Peter Applebome has been a reporter and editor for The New York Times since 1987. He was born in New York City and grew up in Great Neck. He graduated from Duke University in 1971 and received a master's degree in journalism from Northwestern University in 1974. After working at Texas newspapers in Corpus Christi and Dallas and at Texas Monthly magazine, he joined the New York Times as a national correspondent and then bureau chief in Houston. He moved to Atlanta as Southern Bureau chief in 1989, served in that job for five years.
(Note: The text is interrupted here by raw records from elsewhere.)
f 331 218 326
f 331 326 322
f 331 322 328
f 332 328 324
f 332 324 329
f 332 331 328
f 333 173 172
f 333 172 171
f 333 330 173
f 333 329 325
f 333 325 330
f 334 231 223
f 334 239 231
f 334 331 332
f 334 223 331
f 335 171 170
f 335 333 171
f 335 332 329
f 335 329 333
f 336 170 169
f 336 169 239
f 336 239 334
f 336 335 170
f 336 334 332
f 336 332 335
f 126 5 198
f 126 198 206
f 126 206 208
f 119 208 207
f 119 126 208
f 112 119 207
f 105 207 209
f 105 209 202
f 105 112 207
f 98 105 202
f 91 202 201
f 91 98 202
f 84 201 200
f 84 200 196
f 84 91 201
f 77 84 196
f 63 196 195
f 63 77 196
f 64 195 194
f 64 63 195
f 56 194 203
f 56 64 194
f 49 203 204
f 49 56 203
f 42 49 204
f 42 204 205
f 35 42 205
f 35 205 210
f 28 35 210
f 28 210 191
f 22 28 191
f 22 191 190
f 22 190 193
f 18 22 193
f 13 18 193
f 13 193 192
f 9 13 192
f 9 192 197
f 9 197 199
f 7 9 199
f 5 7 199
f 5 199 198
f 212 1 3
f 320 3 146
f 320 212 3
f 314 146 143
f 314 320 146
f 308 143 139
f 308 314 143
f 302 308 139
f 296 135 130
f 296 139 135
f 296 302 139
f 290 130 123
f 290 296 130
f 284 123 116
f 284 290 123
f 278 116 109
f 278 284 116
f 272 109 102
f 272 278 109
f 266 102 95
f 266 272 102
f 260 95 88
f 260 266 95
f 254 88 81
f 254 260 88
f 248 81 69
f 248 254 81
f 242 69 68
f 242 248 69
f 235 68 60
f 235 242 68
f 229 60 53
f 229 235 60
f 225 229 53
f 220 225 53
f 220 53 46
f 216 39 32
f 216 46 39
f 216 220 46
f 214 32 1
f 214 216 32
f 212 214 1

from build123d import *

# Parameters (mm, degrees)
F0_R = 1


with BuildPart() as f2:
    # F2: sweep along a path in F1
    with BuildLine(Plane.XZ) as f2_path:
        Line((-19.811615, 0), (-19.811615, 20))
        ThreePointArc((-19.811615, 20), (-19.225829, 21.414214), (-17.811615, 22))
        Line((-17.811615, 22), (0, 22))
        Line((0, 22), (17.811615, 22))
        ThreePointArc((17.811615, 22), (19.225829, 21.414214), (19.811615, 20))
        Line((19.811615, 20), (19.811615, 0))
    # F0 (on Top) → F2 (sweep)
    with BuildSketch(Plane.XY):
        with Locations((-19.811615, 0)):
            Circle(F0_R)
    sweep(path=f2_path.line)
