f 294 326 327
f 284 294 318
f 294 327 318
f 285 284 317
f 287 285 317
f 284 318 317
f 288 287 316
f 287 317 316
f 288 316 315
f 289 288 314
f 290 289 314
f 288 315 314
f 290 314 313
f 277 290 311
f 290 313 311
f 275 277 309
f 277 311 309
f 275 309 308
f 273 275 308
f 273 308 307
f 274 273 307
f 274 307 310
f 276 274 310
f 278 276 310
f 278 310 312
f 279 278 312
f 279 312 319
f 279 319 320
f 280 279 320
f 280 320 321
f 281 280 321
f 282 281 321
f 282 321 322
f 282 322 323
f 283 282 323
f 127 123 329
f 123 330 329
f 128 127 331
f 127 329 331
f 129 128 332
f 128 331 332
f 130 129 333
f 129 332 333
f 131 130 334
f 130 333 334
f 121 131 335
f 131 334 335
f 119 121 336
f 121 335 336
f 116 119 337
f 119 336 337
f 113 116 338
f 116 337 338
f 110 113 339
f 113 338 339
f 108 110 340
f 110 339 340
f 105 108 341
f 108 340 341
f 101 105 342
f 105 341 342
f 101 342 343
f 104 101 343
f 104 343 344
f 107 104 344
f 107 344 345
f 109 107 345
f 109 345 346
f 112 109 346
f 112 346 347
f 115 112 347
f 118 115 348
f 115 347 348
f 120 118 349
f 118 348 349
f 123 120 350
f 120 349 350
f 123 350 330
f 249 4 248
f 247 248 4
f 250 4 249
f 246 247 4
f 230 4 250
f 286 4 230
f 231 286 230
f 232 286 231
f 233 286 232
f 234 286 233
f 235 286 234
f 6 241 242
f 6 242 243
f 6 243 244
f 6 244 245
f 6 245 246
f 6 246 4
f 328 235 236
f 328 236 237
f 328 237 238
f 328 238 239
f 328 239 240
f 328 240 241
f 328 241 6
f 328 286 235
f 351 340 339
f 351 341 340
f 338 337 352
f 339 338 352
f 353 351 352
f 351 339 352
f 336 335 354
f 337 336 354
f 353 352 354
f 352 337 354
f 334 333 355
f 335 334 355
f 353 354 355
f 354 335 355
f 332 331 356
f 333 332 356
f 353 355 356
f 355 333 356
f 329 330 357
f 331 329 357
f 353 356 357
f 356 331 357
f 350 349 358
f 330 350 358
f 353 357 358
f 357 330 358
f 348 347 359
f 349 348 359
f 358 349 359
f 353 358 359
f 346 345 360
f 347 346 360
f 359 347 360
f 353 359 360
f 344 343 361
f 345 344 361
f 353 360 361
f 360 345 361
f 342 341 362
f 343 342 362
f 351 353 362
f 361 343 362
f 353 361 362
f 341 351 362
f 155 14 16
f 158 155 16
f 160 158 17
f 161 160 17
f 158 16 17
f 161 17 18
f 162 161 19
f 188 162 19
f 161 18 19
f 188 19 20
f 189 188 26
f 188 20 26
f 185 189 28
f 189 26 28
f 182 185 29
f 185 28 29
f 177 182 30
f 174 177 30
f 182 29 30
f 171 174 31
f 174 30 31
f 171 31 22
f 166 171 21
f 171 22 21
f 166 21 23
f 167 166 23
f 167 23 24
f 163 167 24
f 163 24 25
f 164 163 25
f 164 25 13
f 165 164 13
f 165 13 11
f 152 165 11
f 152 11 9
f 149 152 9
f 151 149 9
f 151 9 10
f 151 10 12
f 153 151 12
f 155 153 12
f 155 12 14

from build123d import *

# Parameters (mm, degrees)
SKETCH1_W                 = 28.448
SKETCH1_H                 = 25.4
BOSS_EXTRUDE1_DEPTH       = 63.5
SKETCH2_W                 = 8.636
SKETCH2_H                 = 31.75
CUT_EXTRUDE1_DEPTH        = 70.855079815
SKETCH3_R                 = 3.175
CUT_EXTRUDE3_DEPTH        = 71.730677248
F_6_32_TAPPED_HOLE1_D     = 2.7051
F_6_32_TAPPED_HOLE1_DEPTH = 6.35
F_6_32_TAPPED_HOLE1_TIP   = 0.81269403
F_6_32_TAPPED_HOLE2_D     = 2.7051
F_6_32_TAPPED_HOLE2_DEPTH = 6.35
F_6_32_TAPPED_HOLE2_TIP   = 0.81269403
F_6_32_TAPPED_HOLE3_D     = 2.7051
Since then he has covered education and culture and is now Deputy Metropolitan Editor.

His work has appeared in numerous publications including the New Republic, the Washington Monthly, the Wall Street Journal, the Nation and the Texas Observer. His interests

include Duke University basketball, tennis, alternative country music, and the novels of Thomas Pynchon. His favorite achievement was winning the annual Bad Hemingway competition with an epic about Hemingway in the singles bars of Dallas. He is also the winner of the annual Scoutmaster Challenge at Camp Waubeeka of the Boy Scouts of America, about the least likely honor he ever expected to receive in his life.

He is the author of two books. In 1996 he wrote "Dixie Rising: How the South is Shaping American Values, Politics and Culture.'' His new book, "Scout's Honor: A Father's Unlikely Foray into the Woods," published by Harcourt, comes out in May. He lives in Chappaqua with his wife, Mary Catherine Bounds, and two children, Ben, 16, and Emma 12. Despite three years of inept Scouting activity, he still can't tie his knots.